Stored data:
····················

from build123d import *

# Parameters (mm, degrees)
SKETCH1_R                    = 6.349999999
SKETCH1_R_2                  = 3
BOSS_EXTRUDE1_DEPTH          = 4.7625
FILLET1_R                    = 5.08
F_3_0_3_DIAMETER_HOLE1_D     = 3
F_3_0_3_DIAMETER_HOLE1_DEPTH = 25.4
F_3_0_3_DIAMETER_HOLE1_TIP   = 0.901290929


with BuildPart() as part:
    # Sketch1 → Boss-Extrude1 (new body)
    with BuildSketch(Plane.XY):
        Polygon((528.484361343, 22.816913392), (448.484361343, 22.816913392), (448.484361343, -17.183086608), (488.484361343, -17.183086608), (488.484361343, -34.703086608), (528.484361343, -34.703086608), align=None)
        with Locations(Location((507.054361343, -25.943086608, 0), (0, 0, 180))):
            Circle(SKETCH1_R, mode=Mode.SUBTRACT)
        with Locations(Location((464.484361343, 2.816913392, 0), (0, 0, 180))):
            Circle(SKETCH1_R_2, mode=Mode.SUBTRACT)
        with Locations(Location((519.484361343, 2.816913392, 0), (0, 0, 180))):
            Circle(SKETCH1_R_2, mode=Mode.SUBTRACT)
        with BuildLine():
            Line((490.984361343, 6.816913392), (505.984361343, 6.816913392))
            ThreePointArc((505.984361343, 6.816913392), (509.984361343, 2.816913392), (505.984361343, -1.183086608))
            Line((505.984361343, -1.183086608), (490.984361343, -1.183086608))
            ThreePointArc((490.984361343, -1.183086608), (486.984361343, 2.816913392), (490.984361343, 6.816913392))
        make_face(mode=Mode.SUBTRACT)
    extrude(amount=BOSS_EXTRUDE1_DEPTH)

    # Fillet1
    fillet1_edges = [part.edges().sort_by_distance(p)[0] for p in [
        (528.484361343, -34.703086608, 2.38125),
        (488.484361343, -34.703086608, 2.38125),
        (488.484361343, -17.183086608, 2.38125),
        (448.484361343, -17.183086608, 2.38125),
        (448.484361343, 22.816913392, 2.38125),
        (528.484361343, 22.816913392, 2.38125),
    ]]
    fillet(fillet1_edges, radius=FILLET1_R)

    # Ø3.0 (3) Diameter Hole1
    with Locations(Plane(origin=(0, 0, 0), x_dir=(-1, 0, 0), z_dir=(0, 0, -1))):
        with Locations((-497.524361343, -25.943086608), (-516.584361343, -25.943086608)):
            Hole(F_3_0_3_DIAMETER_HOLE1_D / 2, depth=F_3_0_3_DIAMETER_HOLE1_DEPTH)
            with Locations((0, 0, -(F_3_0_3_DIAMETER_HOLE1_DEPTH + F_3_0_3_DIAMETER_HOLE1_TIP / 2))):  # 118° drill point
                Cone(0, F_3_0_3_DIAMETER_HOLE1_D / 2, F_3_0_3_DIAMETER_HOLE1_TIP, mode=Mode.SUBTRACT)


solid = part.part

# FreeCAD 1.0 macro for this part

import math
import FreeCAD as App
import Part
import Sketcher
Q = App.Units.Quantity


def edges_at(feature, points):
    """Names of the edges that pass closest to the given points."""
    edges = feature.Shape.Edges
    near = lambda p: min(range(len(edges)), key=lambda i: edges[i].distToShape(Part.Vertex(*p))[0])
    return sorted({f"Edge{near(p) + 1}" for p in points})


def add_polygon(sketch, points):
    """Adds a closed chain of lines whose ends are joined by coincident constraints."""
    first, n = sketch.GeometryCount, len(points)
    for a, b in zip(points, points[1:] + points[:1]):
        sketch.addGeometry(Part.LineSegment(App.Vector(*a, 0), App.Vector(*b, 0)), False)
    for i in range(n):
        sketch.addConstraint(Sketcher.Constraint("Coincident", first + i, 2, first + (i + 1) % n, 1))

doc = App.newDocument("Part")
params = doc.addObject("Spreadsheet::Sheet", "Params")
for row, (alias, value) in enumerate([
    ("sketch1_diameter", "6 mm"),
    ("sketch1_radius", "4 mm"),
    ("sketch1_diameter2", "12.7 mm"),
    ("sketch1_width", "80 mm"),
    ("sketch1_width2", "15 mm"),
    ("pad1_length", "4.7625 mm"),
    ("fillet_radius", "5.08 mm"),
    ("sketch2_diameter", "3 mm"),
    ("hole_diameter", "3 mm"),
    ("hole_depth", "25.4 mm"),
], start=1):
    params.set(f"A{row}", alias)
    params.set(f"B{row}", "=" + value)
    params.setAlias(f"B{row}", alias)

body = doc.addObject("PartDesign::Body", "Body")

sketch1 = body.newObject("Sketcher::SketchObject", "Sketch")
sketch1.AttachmentSupport = (doc.getObject("XY_Plane"), [""])
sketch1.MapMode = "FlatFace"
add_polygon(sketch1, [(528.5, 22.8), (448.5, 22.8), (448.5, -17.2), (488.5, -17.2), (488.5, -34.7), (528.5, -34.7)])
sketch1.addGeometry(Part.Circle(App.Vector(507.1, -25.9, 0), App.Vector(0, 0, 1), 6.3), False)
sketch1.addGeometry(Part.Circle(App.Vector(464.5, 2.8, 0), App.Vector(0, 0, 1), 3), False)
sketch1.addGeometry(Part.ArcOfCircle(Part.Circle(App.Vector(491, 2.8, 0), App.Vector(0, 0, 1), 4), math.radians(90), math.radians(270)), False)
sketch1.addGeometry(Part.LineSegment(App.Vector(491, 6.8, 0), App.Vector(506, 6.8, 0)), False)
sketch1.addGeometry(Part.ArcOfCircle(Part.Circle(App.Vector(506, 2.8, 0), App.Vector(0, 0, 1), 4), math.radians(-90), math.radians(90)), False)
sketch1.addGeometry(Part.LineSegment(App.Vector(506, -1.2, 0), App.Vector(491, -1.2, 0)), False)
sketch1.addGeometry(Part.Circle(App.Vector(519.5, 2.8, 0), App.Vector(0, 0, 1), 3), False)
sketch1.addConstraint(Sketcher.Constraint("Tangent", 8, 1, 9, 1))
sketch1.addConstraint(Sketcher.Constraint("Tangent", 9, 2, 10, 2))
sketch1.addConstraint(Sketcher.Constraint("Tangent", 10, 1, 11, 1))
sketch1.addConstraint(Sketcher.Constraint("Tangent", 11, 2, 8, 2))
sketch1.addConstraint(Sketcher.Constraint("Horizontal", 0))
sketch1.addConstraint(Sketcher.Constraint("Vertical", 1))
sketch1.addConstraint(Sketcher.Constraint("Horizontal", 2))
sketch1.addConstraint(Sketcher.Constraint("Vertical", 3))
sketch1.addConstraint(Sketcher.Constraint("Horizontal", 4))
sketch1.addConstraint(Sketcher.Constraint("Vertical", 5))
sketch1.addConstraint(Sketcher.Constraint("Horizontal", 9))
sketch1.addConstraint(Sketcher.Constraint("Horizontal", 11))
sketch1.addConstraint(Sketcher.Constraint("Equal", 7, 12))
sketch1.addConstraint(Sketcher.Constraint("Horizontal", 7, 3, 8, 3))
sketch1.addConstraint(Sketcher.Constraint("Horizontal", 10, 3, 12, 3))
sketch1.addConstraint(Sketcher.Constraint("Equal", 2, 4))
sketch1.addConstraint(Sketcher.Constraint("Equal", 4, 1))
sketch1.addConstraint(Sketcher.Constraint("Diameter", 7, Q("6 mm")))
sketch1.addConstraint(Sketcher.Constraint("Radius", 8, Q("4 mm")))
sketch1.addConstraint(Sketcher.Constraint("Diameter", 6, Q("12.7 mm")))
sketch1.addConstraint(Sketcher.Constraint("DistanceX", 0, 2, 0, 1, Q("80 mm")))
sketch1.addConstraint(Sketcher.Constraint("DistanceX", 9, 1, 9, 2, Q("15 mm")))
sketch1.addConstraint(Sketcher.Constraint("DistanceX", 7, 3, 12, 3, Q("55 mm")))
sketch1.addConstraint(Sketcher.Constraint("DistanceX", 0, 2, 7, 3, Q("16 mm")))
sketch1.addConstraint(Sketcher.Constraint("DistanceY", 7, 3, 0, 2, Q("20 mm")))
sketch1.addConstraint(Sketcher.Constraint("DistanceY", 3, 2, 3, 1, Q("17.52 mm")))
sketch1.addConstraint(Sketcher.Constraint("DistanceX", 7, 3, 8, 3, Q("26.5 mm")))
sketch1.addConstraint(Sketcher.Constraint("DistanceX", 7, 3, 6, 3, Q("42.57 mm")))
sketch1.addConstraint(Sketcher.Constraint("DistanceY", 6, 3, 7, 3, Q("28.76 mm")))
sketch1.addConstraint(Sketcher.Constraint("DistanceX", -1, 1, 6, 3, Q("507.054361 mm")))
sketch1.addConstraint(Sketcher.Constraint("DistanceY", 6, 3, -1, 1, Q("25.943087 mm")))
sketch1.setExpression("Constraints[23]", "Params.sketch1_diameter")
sketch1.setExpression("Constraints[24]", "Params.sketch1_radius")
sketch1.setExpression("Constraints[25]", "Params.sketch1_diameter2")
sketch1.setExpression("Constraints[26]", "Params.sketch1_width")
sketch1.setExpression("Constraints[27]", "Params.sketch1_width2")
pad1 = body.newObject("PartDesign::Pad", "Pad")
pad1.Profile = sketch1
pad1.setExpression("Length", "Params.pad1_length")
doc.recompute()

fillet = body.newObject("PartDesign::Fillet", "Fillet")
fillet.Base = (pad1, edges_at(pad1, [
    (528.484, -34.703, 2.381),
    (488.484, -34.703, 2.381),
    (488.484, -17.183, 2.381),
    (448.484, -17.183, 2.381),
    (448.484, 22.817, 2.381),
    (528.484, 22.817, 2.381),
]))
fillet.setExpression("Radius", "Params.fillet_radius")

sketch2 = body.newObject("Sketcher::SketchObject", "Sketch001")
sketch2.AttachmentSupport = (doc.getObject("XY_Plane"), [""])
sketch2.MapMode = "FlatFace"
sketch2.addGeometry(Part.Circle(App.Vector(497.5, -25.9, 0), App.Vector(0, 0, 1), 1.5), False)
sketch2.addGeometry(Part.Circle(App.Vector(516.6, -25.9, 0), App.Vector(0, 0, 1), 1.5), False)
sketch2.addConstraint(Sketcher.Constraint("Equal", 0, 1))
sketch2.addConstraint(Sketcher.Constraint("Horizontal", 0, 3, 1, 3))
sketch2.addConstraint(Sketcher.Constraint("Diameter", 0, Q("3 mm")))
sketch2.addConstraint(Sketcher.Constraint("DistanceX", 0, 3, 1, 3, Q("19.06 mm")))
sketch2.addConstraint(Sketcher.Constraint("DistanceX", -1, 1, 0, 3, Q("497.524361 mm")))
sketch2.addConstraint(Sketcher.Constraint("DistanceY", 0, 3, -1, 1, Q("25.943087 mm")))
sketch2.setExpression("Constraints[2]", "Params.sketch2_diameter")
doc.recompute()
hole = body.newObject("PartDesign::Hole", "Hole")
hole.Profile = sketch2
hole.ThreadType = "None"
hole.setExpression("Diameter", "Params.hole_diameter")
hole.DepthType = "Dimension"
hole.setExpression("Depth", "Params.hole_depth")
hole.DrillPoint = "Angled"
hole.DrillPointAngle = 118
hole.Reversed = True

doc.recompute()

····················

(Your goal):
Would you please copy exactly the part of the entries above that begins at the line containing "# Ø3.0 (3) Diameter Hole1" and ends at the line containing "# FreeCAD 1.0 macro for this part", both lines included?

(Written answer):
    # Ø3.0 (3) Diameter Hole1
    with Locations(Plane(origin=(0, 0, 0), x_dir=(-1, 0, 0), z_dir=(0, 0, -1))):
        with Locations((-497.524361343, -25.943086608), (-516.584361343, -25.943086608)):
            Hole(F_3_0_3_DIAMETER_HOLE1_D / 2, depth=F_3_0_3_DIAMETER_HOLE1_DEPTH)
            with Locations((0, 0, -(F_3_0_3_DIAMETER_HOLE1_DEPTH + F_3_0_3_DIAMETER_HOLE1_TIP / 2))):  # 118° drill point
                Cone(0, F_3_0_3_DIAMETER_HOLE1_D / 2, F_3_0_3_DIAMETER_HOLE1_TIP, mode=Mode.SUBTRACT)


solid = part.part

# FreeCAD 1.0 macro for this part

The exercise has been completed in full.